Toward the end of his time at the Post, Robberson was splitting his time between St. Louis and Hartford, Conn., where his wife worked. Eventually the workload and the hassle of cross-country commutes became too much of a strain.
“I enjoyed what I was doing, but at a certain point I just couldn’t justify it anymore,” he said.
“The reason we’re trying so hard is because this is a profession we all love and value,” Robberson said. “It used to be fun. You’re doing this constant kind of mental calculation: The fun factor is dropping while the frustration factor is going up. And there you have it.”
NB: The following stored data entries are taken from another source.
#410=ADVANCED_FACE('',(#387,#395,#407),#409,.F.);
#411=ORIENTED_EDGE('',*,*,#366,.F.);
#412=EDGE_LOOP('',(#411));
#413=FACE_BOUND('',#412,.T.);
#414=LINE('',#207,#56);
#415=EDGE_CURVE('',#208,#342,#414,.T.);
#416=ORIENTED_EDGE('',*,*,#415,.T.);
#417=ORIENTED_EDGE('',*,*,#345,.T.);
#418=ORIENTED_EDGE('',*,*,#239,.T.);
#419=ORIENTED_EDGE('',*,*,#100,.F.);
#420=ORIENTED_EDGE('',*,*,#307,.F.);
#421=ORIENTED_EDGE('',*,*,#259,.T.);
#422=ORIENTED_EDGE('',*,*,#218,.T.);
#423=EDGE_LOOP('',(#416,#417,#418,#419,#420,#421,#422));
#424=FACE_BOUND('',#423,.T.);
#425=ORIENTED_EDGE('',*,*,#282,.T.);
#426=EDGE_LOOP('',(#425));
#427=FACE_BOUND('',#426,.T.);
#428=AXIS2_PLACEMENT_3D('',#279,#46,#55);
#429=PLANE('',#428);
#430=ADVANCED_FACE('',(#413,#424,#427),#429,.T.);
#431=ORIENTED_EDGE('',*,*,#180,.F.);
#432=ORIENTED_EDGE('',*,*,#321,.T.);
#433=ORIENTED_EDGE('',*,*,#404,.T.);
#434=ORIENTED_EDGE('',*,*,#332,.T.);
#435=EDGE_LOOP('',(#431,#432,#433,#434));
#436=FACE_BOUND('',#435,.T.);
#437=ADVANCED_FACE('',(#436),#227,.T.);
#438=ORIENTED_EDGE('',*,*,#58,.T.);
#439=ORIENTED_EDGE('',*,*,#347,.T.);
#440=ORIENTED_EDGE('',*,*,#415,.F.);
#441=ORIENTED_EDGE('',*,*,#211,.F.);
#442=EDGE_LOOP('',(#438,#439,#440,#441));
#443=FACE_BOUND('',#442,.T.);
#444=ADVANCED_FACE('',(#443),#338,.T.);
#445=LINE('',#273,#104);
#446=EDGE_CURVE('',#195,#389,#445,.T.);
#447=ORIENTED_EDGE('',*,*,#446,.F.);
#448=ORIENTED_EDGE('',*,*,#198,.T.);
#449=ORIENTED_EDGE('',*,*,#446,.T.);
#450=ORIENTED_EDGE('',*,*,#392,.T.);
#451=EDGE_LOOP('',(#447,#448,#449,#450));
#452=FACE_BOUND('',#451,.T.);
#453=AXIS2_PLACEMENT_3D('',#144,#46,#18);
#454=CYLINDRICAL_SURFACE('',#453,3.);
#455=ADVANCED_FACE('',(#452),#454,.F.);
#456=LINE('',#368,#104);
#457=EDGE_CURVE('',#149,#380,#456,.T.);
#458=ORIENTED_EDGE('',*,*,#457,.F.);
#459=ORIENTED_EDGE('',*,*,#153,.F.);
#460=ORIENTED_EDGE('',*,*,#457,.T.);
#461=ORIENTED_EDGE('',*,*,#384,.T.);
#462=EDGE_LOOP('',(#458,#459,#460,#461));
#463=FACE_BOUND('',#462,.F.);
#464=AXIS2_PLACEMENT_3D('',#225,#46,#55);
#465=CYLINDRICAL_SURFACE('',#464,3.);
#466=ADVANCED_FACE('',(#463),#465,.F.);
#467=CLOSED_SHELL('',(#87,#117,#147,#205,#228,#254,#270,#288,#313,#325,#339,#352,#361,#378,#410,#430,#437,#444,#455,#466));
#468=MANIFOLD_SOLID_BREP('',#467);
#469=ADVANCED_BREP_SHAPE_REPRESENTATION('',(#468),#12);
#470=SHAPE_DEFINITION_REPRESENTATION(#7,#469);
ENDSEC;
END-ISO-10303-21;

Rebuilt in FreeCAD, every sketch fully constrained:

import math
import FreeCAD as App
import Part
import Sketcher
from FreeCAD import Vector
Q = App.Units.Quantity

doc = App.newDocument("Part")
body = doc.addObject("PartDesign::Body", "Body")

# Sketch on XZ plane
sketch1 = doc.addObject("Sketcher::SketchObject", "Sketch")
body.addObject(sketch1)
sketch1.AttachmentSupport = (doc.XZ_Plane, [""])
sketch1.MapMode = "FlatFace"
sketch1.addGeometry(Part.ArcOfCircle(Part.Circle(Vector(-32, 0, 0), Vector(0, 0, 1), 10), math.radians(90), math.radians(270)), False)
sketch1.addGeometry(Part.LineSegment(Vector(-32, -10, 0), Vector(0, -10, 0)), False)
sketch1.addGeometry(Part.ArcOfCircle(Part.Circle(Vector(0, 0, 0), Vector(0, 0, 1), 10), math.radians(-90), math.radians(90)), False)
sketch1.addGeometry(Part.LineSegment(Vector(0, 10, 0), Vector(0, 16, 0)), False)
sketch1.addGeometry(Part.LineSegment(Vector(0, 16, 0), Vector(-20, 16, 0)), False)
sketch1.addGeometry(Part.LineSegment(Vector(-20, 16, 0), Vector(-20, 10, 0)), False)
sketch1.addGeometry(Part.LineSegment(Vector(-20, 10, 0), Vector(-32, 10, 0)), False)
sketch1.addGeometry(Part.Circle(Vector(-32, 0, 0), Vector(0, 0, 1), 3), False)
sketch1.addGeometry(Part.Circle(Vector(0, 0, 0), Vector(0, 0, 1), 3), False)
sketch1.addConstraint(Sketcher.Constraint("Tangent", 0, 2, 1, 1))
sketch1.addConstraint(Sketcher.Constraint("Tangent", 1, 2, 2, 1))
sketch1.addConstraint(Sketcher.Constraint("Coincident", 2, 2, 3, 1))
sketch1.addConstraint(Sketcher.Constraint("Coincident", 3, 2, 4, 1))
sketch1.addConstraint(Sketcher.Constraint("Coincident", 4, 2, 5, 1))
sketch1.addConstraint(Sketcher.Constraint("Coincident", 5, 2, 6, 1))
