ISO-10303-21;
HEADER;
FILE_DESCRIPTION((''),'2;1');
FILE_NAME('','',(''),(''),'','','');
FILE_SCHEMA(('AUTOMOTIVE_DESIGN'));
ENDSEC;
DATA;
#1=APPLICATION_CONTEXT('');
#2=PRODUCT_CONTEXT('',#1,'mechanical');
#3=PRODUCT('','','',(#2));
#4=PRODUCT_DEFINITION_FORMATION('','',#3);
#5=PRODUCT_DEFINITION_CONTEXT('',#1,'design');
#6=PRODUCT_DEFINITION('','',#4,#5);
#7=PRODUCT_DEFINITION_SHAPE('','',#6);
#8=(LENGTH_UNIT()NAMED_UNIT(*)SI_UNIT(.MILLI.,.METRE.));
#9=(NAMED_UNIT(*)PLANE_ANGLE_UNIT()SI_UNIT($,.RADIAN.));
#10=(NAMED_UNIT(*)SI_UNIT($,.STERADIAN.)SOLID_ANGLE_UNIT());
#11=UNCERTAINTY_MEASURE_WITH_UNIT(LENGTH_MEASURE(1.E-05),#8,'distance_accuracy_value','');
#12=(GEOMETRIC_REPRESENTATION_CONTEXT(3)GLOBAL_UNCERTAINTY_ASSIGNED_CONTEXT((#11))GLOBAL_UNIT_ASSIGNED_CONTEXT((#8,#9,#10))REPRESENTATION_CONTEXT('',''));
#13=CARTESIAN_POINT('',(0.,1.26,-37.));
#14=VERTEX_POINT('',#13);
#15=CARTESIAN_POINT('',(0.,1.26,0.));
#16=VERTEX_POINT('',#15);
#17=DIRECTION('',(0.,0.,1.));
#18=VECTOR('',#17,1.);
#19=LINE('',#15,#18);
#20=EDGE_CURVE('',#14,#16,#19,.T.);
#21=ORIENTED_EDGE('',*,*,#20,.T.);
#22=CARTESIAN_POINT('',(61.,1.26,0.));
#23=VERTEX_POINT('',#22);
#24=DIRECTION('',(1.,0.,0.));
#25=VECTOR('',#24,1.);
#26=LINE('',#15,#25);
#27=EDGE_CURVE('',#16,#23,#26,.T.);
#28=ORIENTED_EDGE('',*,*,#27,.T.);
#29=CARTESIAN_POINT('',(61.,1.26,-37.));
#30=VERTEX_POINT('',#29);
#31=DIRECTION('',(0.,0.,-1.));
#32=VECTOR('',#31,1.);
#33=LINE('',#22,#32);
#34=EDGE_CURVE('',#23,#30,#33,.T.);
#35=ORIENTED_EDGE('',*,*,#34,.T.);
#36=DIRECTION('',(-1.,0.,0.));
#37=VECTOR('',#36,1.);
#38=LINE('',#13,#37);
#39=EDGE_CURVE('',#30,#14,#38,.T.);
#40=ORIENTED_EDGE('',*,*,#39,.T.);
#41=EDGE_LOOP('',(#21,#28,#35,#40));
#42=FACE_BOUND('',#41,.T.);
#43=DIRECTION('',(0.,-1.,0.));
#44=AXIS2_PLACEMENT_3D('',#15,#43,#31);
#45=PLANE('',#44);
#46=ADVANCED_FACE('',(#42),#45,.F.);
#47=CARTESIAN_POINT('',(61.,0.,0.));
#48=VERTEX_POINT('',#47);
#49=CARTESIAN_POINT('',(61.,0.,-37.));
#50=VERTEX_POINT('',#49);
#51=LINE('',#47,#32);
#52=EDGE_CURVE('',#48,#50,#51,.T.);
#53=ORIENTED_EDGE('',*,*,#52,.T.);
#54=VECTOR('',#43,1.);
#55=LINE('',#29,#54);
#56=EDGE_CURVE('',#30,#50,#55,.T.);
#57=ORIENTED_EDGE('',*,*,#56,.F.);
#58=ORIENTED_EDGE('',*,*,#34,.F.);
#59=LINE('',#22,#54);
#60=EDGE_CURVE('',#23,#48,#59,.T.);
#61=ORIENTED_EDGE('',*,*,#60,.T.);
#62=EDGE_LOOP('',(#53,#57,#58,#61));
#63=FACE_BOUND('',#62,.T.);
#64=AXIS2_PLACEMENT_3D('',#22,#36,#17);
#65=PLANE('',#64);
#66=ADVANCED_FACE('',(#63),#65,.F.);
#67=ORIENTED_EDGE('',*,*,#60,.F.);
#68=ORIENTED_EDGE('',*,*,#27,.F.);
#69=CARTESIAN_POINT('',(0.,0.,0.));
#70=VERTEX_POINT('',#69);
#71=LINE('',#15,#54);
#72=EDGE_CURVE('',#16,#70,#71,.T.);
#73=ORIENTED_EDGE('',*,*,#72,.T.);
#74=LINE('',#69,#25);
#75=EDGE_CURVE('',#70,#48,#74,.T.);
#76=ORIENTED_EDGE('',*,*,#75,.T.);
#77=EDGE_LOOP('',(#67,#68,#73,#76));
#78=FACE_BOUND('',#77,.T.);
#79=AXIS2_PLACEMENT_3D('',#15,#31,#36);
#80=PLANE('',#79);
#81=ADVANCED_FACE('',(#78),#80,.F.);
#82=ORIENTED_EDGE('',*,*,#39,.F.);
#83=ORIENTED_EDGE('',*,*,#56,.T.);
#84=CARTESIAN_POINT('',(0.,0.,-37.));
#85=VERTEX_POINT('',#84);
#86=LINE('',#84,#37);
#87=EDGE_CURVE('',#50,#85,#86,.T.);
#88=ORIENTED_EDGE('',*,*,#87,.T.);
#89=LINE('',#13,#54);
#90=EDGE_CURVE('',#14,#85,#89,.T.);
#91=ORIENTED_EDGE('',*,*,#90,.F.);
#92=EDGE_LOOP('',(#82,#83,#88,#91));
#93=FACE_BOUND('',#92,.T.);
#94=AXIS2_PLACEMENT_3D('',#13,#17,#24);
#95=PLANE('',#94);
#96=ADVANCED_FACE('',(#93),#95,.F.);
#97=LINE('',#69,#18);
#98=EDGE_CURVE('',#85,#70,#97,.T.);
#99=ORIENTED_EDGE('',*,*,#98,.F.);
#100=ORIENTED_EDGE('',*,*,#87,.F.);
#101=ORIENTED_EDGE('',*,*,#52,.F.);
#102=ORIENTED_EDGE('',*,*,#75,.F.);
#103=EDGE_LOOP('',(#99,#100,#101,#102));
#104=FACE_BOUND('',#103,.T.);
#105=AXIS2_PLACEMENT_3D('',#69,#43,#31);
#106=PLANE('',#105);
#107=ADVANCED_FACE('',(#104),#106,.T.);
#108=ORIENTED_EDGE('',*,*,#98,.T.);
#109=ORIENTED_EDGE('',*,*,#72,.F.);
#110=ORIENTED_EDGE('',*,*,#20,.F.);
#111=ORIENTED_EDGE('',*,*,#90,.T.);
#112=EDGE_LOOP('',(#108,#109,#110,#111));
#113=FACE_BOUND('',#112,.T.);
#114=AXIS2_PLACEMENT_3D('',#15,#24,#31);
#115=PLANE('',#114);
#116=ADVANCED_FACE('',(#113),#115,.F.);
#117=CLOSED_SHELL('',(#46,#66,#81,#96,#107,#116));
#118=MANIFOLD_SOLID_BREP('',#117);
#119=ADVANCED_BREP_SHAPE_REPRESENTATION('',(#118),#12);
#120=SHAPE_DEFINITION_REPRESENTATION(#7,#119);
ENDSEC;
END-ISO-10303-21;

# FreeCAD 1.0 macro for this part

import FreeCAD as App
import Part
import Sketcher
from FreeCAD import Vector
Q = App.Units.Quantity


def add_polygon(sketch, points):
    """Adds a closed chain of lines whose ends are joined by coincident constraints."""
    first, n = sketch.GeometryCount, len(points)
    for a, b in zip(points, points[1:] + points[:1]):
        sketch.addGeometry(Part.LineSegment(App.Vector(*a, 0), App.Vector(*b, 0)), False)
    for i in range(n):
        sketch.addConstraint(Sketcher.Constraint("Coincident", first + i, 2, first + (i + 1) % n, 1))

doc = App.newDocument("Part")
body = doc.addObject("PartDesign::Body", "Body")

# Sketch on XZ plane
sketch1 = body.newObject("Sketcher::SketchObject", "Sketch")
sketch1.AttachmentSupport = (doc.getObject("XZ_Plane"), [""])
sketch1.MapMode = "FlatFace"
add_polygon(sketch1, [(0, -37), (0, 0), (61, 0), (61, -37)])  # lines 0-3
sketch1.addConstraint([
    Sketcher.Constraint("Vertical", 0),
    Sketcher.Constraint("Horizontal", 1),
    Sketcher.Constraint("Vertical", 2),
    Sketcher.Constraint("Horizontal", 3),
    Sketcher.Constraint("Coincident", 0, 2, -1, 1),
    Sketcher.Constraint("DistanceX", 1, 1, 1, 2, Q("61 mm")),
    Sketcher.Constraint("DistanceY", 0, 1, 0, 2, Q("37 mm")),
])
pad1 = body.newObject("PartDesign::Pad", "Pad")
pad1.Profile = sketch1
pad1.Length = 1.26
pad1.Reversed = True

doc.recompute()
The Post promoted editorial writer Kevin McDermott to succeed Robberson, but the paper did not hire anyone to fill McDermott’s old job. That means the Post’s opinion section is now staffed by just one full-time employee. (On most days the Post runs a single editorial of its own and fills out the bottom of the page with an editorial sourced from another newspaper.)
Twenty years ago, before Lee bought the Post-Dispatch, the editorial page had an editor, deputy editor, cartoonist, designer, letters editor, oped editor plus four writers.
‘’Blood from a turnip’
Another person who left the Post recently is features writer Valerie Schremp Hahn. She departed after 26 years for a better-paying writing and editing job with the St. Louis-based Catholic Health Association.
“I think everybody’s just sort of like, trying to jo their jobs, and do a good job,” she said. But she said that Lee’s repeated cuts at the Post since taking over in 2005 have reached the point at which trying to squeeze out further costs is like trying to get blood from a turnip.
The newsroom, Hahn said, has “always sort of bounced back and done the right thing, but it’s just like…We’re humans. We’re humans that probably deserve to be paid better, and maybe not have as much pressure on us to do this work. Our names are on this stuff, for better or for worse.”
In the six months to March 2022, the Post-Dispatch’s average weekday print circulation was 48,250, down 11 percent from a year earlier, according to a ranking of the top 25 U.S. newspapers (by circulation) published in June by British trade publication Press Gazette. The figures in Press Gazette’s report were supplied by the nonprofit Alliance for Audited Media.
The Post-Dispatch was the only Lee paper on the top-25 list. Its print circulation decline was less severe than declines at the Alden newspapers that made the list.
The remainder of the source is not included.